Data for processing: Begin

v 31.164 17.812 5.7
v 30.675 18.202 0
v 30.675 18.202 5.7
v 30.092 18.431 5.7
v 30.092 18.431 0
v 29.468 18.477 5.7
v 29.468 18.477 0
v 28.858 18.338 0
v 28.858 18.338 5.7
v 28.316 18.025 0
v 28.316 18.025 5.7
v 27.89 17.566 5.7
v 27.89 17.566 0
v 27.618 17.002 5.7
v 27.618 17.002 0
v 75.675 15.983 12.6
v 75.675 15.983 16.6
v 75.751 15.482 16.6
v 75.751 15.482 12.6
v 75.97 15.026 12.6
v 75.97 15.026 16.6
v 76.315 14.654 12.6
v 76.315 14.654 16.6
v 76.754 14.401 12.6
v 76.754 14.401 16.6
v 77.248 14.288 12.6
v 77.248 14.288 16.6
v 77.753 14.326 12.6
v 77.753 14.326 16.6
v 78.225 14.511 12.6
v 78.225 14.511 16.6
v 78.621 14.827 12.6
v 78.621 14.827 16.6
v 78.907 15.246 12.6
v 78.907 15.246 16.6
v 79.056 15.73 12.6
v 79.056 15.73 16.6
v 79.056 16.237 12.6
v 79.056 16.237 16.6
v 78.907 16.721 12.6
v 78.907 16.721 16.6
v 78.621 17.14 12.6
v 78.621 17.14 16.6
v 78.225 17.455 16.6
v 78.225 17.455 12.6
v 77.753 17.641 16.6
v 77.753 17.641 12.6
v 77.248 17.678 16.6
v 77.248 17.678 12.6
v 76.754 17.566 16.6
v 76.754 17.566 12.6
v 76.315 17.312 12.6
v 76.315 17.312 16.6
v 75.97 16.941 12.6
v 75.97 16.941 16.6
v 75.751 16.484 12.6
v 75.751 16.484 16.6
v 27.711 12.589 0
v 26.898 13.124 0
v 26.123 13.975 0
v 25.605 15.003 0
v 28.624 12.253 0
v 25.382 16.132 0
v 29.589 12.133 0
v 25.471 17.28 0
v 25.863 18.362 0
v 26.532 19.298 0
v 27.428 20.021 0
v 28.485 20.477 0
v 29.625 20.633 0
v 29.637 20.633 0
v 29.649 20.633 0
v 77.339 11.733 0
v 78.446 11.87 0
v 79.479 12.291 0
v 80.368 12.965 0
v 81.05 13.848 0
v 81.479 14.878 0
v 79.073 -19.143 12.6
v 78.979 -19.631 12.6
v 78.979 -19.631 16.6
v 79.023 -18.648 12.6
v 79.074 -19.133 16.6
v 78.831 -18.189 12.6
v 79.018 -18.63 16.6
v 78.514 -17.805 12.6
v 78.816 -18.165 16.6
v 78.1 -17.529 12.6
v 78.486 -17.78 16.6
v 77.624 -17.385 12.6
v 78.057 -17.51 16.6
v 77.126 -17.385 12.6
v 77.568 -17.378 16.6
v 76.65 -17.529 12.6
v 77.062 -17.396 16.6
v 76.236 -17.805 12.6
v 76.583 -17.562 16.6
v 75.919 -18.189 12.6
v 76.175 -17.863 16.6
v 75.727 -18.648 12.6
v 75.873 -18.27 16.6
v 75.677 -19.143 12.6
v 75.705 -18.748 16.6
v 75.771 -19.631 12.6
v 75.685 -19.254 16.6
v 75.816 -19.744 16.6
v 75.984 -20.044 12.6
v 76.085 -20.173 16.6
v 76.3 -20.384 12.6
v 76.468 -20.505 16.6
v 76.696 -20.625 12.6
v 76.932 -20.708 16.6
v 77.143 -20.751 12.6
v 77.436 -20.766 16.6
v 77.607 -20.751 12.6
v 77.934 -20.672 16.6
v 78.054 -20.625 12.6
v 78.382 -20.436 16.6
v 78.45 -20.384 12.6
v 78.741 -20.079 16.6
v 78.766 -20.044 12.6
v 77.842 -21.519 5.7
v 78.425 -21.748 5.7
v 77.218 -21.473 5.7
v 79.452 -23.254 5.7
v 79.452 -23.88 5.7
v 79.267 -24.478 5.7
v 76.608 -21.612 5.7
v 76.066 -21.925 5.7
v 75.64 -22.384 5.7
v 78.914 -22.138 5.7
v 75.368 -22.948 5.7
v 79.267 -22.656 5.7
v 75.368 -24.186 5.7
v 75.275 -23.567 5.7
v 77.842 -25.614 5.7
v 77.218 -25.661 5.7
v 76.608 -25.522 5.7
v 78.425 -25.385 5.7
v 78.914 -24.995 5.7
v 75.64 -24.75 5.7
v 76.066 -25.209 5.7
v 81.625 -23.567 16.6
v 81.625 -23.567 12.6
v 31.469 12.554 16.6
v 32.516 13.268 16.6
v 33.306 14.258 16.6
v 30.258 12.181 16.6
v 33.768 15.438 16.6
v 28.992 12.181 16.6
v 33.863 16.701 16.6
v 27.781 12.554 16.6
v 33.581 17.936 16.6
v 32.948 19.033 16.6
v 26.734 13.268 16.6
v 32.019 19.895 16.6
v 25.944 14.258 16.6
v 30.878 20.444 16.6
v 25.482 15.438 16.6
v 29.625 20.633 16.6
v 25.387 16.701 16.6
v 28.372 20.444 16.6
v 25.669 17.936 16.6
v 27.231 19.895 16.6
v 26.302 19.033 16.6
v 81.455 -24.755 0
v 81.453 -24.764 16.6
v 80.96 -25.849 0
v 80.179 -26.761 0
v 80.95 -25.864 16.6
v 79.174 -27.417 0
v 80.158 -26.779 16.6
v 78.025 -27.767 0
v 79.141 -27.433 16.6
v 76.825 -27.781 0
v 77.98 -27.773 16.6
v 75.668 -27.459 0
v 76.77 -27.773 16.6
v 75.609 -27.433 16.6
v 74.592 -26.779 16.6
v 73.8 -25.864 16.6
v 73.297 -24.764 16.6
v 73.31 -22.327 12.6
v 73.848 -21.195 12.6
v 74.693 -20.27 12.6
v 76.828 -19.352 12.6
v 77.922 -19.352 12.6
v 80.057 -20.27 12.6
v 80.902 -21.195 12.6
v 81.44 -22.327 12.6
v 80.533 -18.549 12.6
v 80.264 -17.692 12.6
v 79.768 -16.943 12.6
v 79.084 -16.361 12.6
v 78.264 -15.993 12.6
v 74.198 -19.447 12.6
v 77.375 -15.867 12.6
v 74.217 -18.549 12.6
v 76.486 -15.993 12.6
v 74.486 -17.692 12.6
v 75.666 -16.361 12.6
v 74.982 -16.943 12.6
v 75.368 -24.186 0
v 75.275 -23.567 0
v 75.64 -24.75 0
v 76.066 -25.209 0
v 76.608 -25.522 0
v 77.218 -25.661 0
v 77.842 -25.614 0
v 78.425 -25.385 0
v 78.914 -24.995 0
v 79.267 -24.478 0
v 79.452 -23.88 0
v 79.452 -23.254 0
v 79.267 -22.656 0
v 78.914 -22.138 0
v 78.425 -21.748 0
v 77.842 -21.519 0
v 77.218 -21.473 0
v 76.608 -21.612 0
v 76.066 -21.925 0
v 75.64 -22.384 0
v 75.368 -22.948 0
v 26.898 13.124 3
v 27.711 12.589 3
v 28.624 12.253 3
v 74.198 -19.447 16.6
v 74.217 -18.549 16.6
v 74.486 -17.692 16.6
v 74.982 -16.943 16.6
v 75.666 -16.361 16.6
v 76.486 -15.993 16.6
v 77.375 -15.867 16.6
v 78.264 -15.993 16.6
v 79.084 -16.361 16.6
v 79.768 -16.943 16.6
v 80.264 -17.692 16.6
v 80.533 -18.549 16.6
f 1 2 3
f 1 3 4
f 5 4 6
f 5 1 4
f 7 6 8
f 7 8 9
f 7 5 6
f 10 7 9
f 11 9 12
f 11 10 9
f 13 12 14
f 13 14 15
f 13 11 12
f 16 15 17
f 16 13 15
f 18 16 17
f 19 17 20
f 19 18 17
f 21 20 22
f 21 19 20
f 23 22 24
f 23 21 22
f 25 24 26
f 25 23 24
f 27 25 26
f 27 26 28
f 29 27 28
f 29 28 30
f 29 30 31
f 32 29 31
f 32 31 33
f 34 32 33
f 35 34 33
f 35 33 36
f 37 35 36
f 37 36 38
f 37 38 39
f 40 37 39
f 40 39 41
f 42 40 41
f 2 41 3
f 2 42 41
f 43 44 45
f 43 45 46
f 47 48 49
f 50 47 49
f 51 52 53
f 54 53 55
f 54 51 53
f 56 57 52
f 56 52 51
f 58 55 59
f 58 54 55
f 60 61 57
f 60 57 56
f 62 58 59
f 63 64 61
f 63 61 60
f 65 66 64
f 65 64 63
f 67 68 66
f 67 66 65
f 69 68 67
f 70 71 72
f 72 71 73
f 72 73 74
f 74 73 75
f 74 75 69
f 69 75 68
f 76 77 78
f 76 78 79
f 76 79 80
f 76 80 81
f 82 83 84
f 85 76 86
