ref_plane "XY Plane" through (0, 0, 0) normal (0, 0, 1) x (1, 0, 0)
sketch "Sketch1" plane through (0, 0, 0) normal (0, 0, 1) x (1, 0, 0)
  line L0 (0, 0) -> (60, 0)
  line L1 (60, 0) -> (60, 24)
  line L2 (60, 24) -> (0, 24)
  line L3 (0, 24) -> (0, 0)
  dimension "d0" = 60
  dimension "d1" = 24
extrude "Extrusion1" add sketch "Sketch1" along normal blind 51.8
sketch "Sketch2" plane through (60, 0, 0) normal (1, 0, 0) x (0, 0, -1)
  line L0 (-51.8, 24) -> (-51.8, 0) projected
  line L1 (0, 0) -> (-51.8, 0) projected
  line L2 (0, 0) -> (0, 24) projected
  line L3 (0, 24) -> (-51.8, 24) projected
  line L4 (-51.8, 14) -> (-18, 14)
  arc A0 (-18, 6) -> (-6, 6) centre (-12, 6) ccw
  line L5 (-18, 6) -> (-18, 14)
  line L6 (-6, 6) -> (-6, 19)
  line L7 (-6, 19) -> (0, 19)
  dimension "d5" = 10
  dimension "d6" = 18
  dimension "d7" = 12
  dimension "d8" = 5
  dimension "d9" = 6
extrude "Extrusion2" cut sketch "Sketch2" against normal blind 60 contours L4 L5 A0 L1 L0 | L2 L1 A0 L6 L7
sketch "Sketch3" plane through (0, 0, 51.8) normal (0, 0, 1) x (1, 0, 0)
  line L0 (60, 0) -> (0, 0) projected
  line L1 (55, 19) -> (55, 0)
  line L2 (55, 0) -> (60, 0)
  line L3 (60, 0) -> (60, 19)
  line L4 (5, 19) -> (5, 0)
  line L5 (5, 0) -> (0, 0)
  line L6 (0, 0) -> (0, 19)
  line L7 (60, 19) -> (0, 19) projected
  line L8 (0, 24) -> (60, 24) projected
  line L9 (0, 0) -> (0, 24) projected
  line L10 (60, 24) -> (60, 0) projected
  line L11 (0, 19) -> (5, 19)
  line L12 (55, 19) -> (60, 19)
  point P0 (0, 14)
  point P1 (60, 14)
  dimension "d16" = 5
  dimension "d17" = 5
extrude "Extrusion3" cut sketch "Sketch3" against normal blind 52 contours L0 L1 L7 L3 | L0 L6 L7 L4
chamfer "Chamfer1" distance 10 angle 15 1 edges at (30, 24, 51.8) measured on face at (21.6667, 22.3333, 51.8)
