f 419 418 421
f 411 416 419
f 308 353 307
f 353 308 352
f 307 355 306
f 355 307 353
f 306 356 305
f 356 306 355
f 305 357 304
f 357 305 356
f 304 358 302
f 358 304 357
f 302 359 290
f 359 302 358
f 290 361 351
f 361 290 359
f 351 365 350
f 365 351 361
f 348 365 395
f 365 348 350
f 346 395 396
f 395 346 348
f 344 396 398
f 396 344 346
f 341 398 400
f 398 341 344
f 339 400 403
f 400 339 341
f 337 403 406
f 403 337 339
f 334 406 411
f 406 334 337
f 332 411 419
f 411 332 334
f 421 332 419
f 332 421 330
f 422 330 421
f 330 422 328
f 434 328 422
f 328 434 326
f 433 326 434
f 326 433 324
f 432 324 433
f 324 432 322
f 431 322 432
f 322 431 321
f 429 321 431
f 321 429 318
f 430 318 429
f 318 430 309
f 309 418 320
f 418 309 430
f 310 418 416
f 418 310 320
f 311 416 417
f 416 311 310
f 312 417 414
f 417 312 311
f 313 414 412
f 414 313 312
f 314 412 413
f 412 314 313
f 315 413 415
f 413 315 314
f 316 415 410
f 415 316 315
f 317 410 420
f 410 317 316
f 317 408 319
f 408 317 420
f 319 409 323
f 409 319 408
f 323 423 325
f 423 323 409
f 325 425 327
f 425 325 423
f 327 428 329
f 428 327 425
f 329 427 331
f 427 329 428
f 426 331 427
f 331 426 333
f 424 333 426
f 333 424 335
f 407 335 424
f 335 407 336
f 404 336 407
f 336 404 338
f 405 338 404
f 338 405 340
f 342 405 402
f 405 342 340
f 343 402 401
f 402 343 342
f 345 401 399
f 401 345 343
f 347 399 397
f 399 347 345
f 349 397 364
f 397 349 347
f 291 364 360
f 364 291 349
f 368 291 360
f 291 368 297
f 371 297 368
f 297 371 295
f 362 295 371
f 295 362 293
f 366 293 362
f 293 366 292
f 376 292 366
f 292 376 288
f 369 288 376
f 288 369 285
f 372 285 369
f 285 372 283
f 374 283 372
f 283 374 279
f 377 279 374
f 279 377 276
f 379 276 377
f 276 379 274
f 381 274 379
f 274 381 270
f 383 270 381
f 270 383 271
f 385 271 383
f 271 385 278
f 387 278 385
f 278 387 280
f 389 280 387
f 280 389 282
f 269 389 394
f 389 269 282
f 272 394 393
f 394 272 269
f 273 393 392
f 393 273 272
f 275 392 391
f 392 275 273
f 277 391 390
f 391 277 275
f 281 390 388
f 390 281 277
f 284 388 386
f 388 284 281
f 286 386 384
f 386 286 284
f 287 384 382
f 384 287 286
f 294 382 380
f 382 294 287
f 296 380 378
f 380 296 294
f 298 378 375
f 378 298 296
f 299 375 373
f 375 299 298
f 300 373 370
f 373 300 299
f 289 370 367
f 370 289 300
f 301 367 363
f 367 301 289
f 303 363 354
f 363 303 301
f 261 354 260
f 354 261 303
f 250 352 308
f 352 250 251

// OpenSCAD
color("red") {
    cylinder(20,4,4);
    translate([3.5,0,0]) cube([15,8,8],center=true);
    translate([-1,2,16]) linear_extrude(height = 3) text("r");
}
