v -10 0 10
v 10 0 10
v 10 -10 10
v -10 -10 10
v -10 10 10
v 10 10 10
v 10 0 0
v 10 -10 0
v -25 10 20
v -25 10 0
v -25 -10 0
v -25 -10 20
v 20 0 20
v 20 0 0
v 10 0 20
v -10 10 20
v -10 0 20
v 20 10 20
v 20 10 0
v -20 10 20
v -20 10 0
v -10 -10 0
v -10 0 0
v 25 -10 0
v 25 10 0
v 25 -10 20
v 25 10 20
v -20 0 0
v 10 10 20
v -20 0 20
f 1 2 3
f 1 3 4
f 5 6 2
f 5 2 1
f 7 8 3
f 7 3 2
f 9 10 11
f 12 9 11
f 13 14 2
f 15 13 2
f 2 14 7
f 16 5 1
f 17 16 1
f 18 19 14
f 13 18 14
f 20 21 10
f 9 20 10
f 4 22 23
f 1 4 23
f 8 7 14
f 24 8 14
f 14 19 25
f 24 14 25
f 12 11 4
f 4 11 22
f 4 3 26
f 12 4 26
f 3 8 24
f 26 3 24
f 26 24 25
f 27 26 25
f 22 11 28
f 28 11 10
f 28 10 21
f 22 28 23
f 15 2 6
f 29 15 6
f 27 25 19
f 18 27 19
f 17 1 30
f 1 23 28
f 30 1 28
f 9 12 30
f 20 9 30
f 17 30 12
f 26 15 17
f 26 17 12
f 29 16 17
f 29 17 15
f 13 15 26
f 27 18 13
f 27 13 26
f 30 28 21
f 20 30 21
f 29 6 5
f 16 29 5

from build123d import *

# Parameters (mm, degrees)
EXTRUDE_1_DEPTH     = 20
SKETCH_2_W          = 20
SKETCH_2_H          = 20
CUT_EXTRUDE_1_DEPTH = 10


with BuildPart() as part:
    # 草圖1 → 填料-伸長1 (new body)
    with BuildSketch(Plane.XY):
        Polygon((-20, 10), (-25, 10), (-25, -10), (25, -10), (25, 10), (20, 10), (20, 0), (10, 0), (10, 10), (-10, 10), (-10, 0), (-20, 0), align=None)
    extrude(amount=EXTRUDE_1_DEPTH)

    # 草圖2 → 除料-伸長1 (cut)
    with BuildSketch(Plane(origin=(0, 0, 0), x_dir=(-1, 0, 0), z_dir=(0, 0, -1))):
        Rectangle(SKETCH_2_W, SKETCH_2_H)
    extrude(amount=-CUT_EXTRUDE_1_DEPTH, mode=Mode.SUBTRACT)


solid = part.part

Data for processing: End

### Work to be completed
Print, without alteration, only the lines above between the one holding "v 32.948 19.033 16.6" and the one holding "v 79.174 -27.417 0", inclusive.

### Reply
v 32.948 19.033 16.6
v 26.734 13.268 16.6
v 32.019 19.895 16.6
v 25.944 14.258 16.6
v 30.878 20.444 16.6
v 25.482 15.438 16.6
v 29.625 20.633 16.6
v 25.387 16.701 16.6
v 28.372 20.444 16.6
v 25.669 17.936 16.6
v 27.231 19.895 16.6
v 26.302 19.033 16.6
v 81.455 -24.755 0
v 81.453 -24.764 16.6
v 80.96 -25.849 0
v 80.179 -26.761 0
v 80.95 -25.864 16.6
v 79.174 -27.417 0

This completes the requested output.